The GraphBLAS define opaque types for a matrix and a vector objects. Since these objects are opaque, an implementation has the freedom to specialize the data structures as needed to optimize the software for a particular platform. The GraphBLAS are great for people interested in sparse linear algebra and designing their own graph algorithms. The GraphBLAS library, however, does not include any graph algorithms. The GraphBLAS provide a software framework for constructing graph algorithms, but it doesn’t provide any actual Graph Algorithms. Since most people working with graphs use algorithms but don’t develop them “from scratch”, the GraphBLAS are not really useful to most people.

Hence, there is a need for a library of Graph Algorithms implemented on top of the GraphBLAS. We have created this library. It is called LAGraph. The LAGraph library is a library of functions that implement the most common high level graph algorithms used in graph analytics. It includes types, utility functions and everything needed to incorporate graph algorithms into your analytics work flows. The library uses the GraphBLAS objects (e.g., GrB_matrix and GrB_vector) inside the objects defined by LAGraph. Consequently, GraphBLAS and LAGraph functions can be freely mixed inside a single program.

A graph in LAGraph uses the LAGraph_Graph data type. Unlike the GrB_matrix object, an LAGraph_Graph object is not opaque. The elements of the data structure are available to the user of the LAGraph library. The data associated with and LAGraph_Graph is represented by an GrB_matrix. The data structure includes information about the graph and key properties of the graph. For example, many algorithms require not only the matrix representing a graph, but also its transpose. These (and other) properties can be stored within the LAGraph_Graph. Storage of properties such as the transpose of a matrix requires additional storage, but the performance impact can more than compensate for the cost associated with that extra memory.

The algorithms within LAGraph roughly break down into two categories: Basic (LAGraph_*) and advanced (LAGr_*). The idea is that users who are not familiar with the ways graph algorithms are implemented and just want to apply an algorithm to their graphs, would use the Basic interface. For advanced users who are comfortable working with key aspects of the algorithms they are working with might see a significant performance benefit from working with the advanced algorithm.

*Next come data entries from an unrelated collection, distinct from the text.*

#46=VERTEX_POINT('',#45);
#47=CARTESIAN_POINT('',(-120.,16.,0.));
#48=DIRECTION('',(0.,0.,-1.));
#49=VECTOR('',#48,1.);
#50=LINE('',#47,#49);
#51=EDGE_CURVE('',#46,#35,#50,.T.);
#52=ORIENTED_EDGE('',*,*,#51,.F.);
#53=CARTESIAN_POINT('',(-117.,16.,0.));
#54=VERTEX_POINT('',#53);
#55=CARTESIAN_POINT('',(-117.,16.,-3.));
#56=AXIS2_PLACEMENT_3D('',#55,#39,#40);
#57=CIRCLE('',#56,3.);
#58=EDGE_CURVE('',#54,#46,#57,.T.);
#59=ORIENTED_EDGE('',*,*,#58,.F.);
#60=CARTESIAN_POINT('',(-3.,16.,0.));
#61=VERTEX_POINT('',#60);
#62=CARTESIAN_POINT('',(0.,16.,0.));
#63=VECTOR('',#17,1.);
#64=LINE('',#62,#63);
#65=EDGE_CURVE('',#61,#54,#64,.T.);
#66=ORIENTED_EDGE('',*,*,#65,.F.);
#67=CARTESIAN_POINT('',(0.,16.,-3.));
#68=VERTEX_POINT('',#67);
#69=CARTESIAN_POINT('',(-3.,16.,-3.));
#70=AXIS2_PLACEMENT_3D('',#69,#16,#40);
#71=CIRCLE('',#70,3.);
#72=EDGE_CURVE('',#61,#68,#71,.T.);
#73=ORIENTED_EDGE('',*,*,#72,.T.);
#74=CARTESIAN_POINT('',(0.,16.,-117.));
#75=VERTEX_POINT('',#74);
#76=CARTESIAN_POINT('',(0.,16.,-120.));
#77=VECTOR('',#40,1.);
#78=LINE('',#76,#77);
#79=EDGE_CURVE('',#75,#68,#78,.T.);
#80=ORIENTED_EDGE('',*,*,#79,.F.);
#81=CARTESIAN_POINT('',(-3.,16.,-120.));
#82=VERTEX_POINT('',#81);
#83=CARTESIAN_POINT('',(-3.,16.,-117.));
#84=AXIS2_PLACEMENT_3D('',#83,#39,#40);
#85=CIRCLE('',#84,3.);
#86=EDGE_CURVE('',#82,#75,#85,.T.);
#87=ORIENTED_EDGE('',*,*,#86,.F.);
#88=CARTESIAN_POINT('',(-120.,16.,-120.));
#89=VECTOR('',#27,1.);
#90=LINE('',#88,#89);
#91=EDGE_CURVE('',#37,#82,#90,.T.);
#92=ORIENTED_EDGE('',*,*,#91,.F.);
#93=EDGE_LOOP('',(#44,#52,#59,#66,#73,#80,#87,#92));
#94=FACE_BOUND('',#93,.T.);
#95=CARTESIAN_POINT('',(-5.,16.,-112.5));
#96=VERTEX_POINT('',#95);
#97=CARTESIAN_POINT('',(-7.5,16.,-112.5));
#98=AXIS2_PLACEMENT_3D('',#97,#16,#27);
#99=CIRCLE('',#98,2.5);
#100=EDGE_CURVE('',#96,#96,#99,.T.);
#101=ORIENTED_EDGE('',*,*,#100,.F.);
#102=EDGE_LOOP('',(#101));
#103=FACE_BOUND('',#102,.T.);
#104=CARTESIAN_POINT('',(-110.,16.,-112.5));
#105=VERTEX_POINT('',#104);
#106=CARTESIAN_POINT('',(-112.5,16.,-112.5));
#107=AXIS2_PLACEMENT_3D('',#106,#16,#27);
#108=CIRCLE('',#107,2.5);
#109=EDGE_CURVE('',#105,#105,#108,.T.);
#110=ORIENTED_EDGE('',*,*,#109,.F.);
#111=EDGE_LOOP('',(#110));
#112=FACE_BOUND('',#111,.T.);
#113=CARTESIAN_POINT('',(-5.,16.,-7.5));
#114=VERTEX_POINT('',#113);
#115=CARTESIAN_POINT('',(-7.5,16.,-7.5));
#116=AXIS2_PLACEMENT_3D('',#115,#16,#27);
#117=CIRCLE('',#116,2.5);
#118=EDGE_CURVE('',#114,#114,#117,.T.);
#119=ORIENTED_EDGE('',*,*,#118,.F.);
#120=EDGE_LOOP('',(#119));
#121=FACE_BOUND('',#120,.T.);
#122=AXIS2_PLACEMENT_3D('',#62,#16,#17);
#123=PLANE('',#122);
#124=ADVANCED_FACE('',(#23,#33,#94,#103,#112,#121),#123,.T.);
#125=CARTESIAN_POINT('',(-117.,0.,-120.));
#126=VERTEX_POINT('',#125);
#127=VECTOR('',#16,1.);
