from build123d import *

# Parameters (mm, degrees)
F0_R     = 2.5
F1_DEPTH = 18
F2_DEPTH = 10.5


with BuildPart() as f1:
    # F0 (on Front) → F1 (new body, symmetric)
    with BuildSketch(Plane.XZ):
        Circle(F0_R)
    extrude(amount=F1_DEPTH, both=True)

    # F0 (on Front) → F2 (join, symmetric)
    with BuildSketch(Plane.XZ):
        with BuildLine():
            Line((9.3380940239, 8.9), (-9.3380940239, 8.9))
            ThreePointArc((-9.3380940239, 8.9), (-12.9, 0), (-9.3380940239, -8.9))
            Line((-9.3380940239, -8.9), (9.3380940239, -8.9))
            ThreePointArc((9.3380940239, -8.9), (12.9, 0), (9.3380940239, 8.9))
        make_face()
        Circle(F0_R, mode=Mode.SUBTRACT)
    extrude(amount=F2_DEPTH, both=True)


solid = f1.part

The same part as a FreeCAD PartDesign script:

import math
import FreeCAD as App
import Part
import Sketcher

V = App.Vector
Q = App.Units.Quantity

doc = App.newDocument("Part")
body = doc.addObject("PartDesign::Body", "Body")

# Sketch on XZ plane
sketch1 = body.newObject("Sketcher::SketchObject", "Sketch")
sketch1.AttachmentSupport = (doc.getObject("XZ_Plane"), [""])
sketch1.MapMode = "FlatFace"
sketch1.addGeometry(Part.Circle(V(0, 0, 0), V(0, 0, 1), 2.5), False)
sketch1.addConstraint([
    Sketcher.Constraint("Coincident", 0, 3, -1, 1),
    Sketcher.Constraint("Diameter", 0, Q("5 mm")),
])
pad1 = body.newObject("PartDesign::Pad", "Pad")
pad1.Profile = sketch1
pad1.Length = 36
pad1.Midplane = True

# Sketch on XZ plane
sketch2 = body.newObject("Sketcher::SketchObject", "Sketch001")
sketch2.AttachmentSupport = (doc.getObject("XZ_Plane"), [""])
sketch2.MapMode = "FlatFace"
sketch2.addGeometry([
    Part.LineSegment(V(9.338094, 8.9, 0), V(-9.338094, 8.9, 0)),  # 0
    Part.ArcOfCircle(Part.Circle(V(0, 0, 0), V(0, 0, 1), 12.9), math.radians(136.376027), math.radians(223.623973)),  # 1
    Part.LineSegment(V(-9.338094, -8.9, 0), V(9.338094, -8.9, 0)),  # 2
    Part.ArcOfCircle(Part.Circle(V(0, 0, 0), V(0, 0, 1), 12.9), math.radians(-43.623973), math.radians(43.623973)),  # 3
    Part.Circle(V(0, 0, 0), V(0, 0, 1), 2.5),  # 4
], False)
sketch2.addConstraint([
    Sketcher.Constraint("Coincident", 0, 2, 1, 1),
    Sketcher.Constraint("Coincident", 1, 2, 2, 1),
    Sketcher.Constraint("Coincident", 2, 2, 3, 1),
    Sketcher.Constraint("Coincident", 3, 2, 0, 1),
    Sketcher.Constraint("Horizontal", 0),
    Sketcher.Constraint("Horizontal", 2),
    Sketcher.Constraint("Coincident", 1, 3, -1, 1),
    Sketcher.Constraint("Coincident", 3, 3, -1, 1),
    Sketcher.Constraint("Coincident", 4, 3, -1, 1),
    Sketcher.Constraint("Equal", 1, 3),
    Sketcher.Constraint("Vertical", 0, 2, 1, 2),
    Sketcher.Constraint("Diameter", 4, Q("5 mm")),
    Sketcher.Constraint("Radius", 1, Q("12.9 mm")),
    Sketcher.Constraint("DistanceY", -1, 1, 0, 2, Q("8.9 mm")),
])
pad2 = body.newObject("PartDesign::Pad", "Pad001")
pad2.Profile = sketch2
pad2.Length = 21
pad2.Midplane = True

doc.recompute()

For example, the basic and advanced algorithms deal with the properties of an LAGraph graph differently. The basic algorithm assumes the user will not set-up the LAGraph_Graph with the properties needed by an algorithm. Such properties will be computed as needed. An advanced user, however, may know that the string of operations in a workflow all requires a subset of key properties. By computing them in advanced and storing them with the LAGraph graph, the workflow can run much faster since it won’t need to, for example, rearrange a matrix into its transpose for each algorithm in a workflow.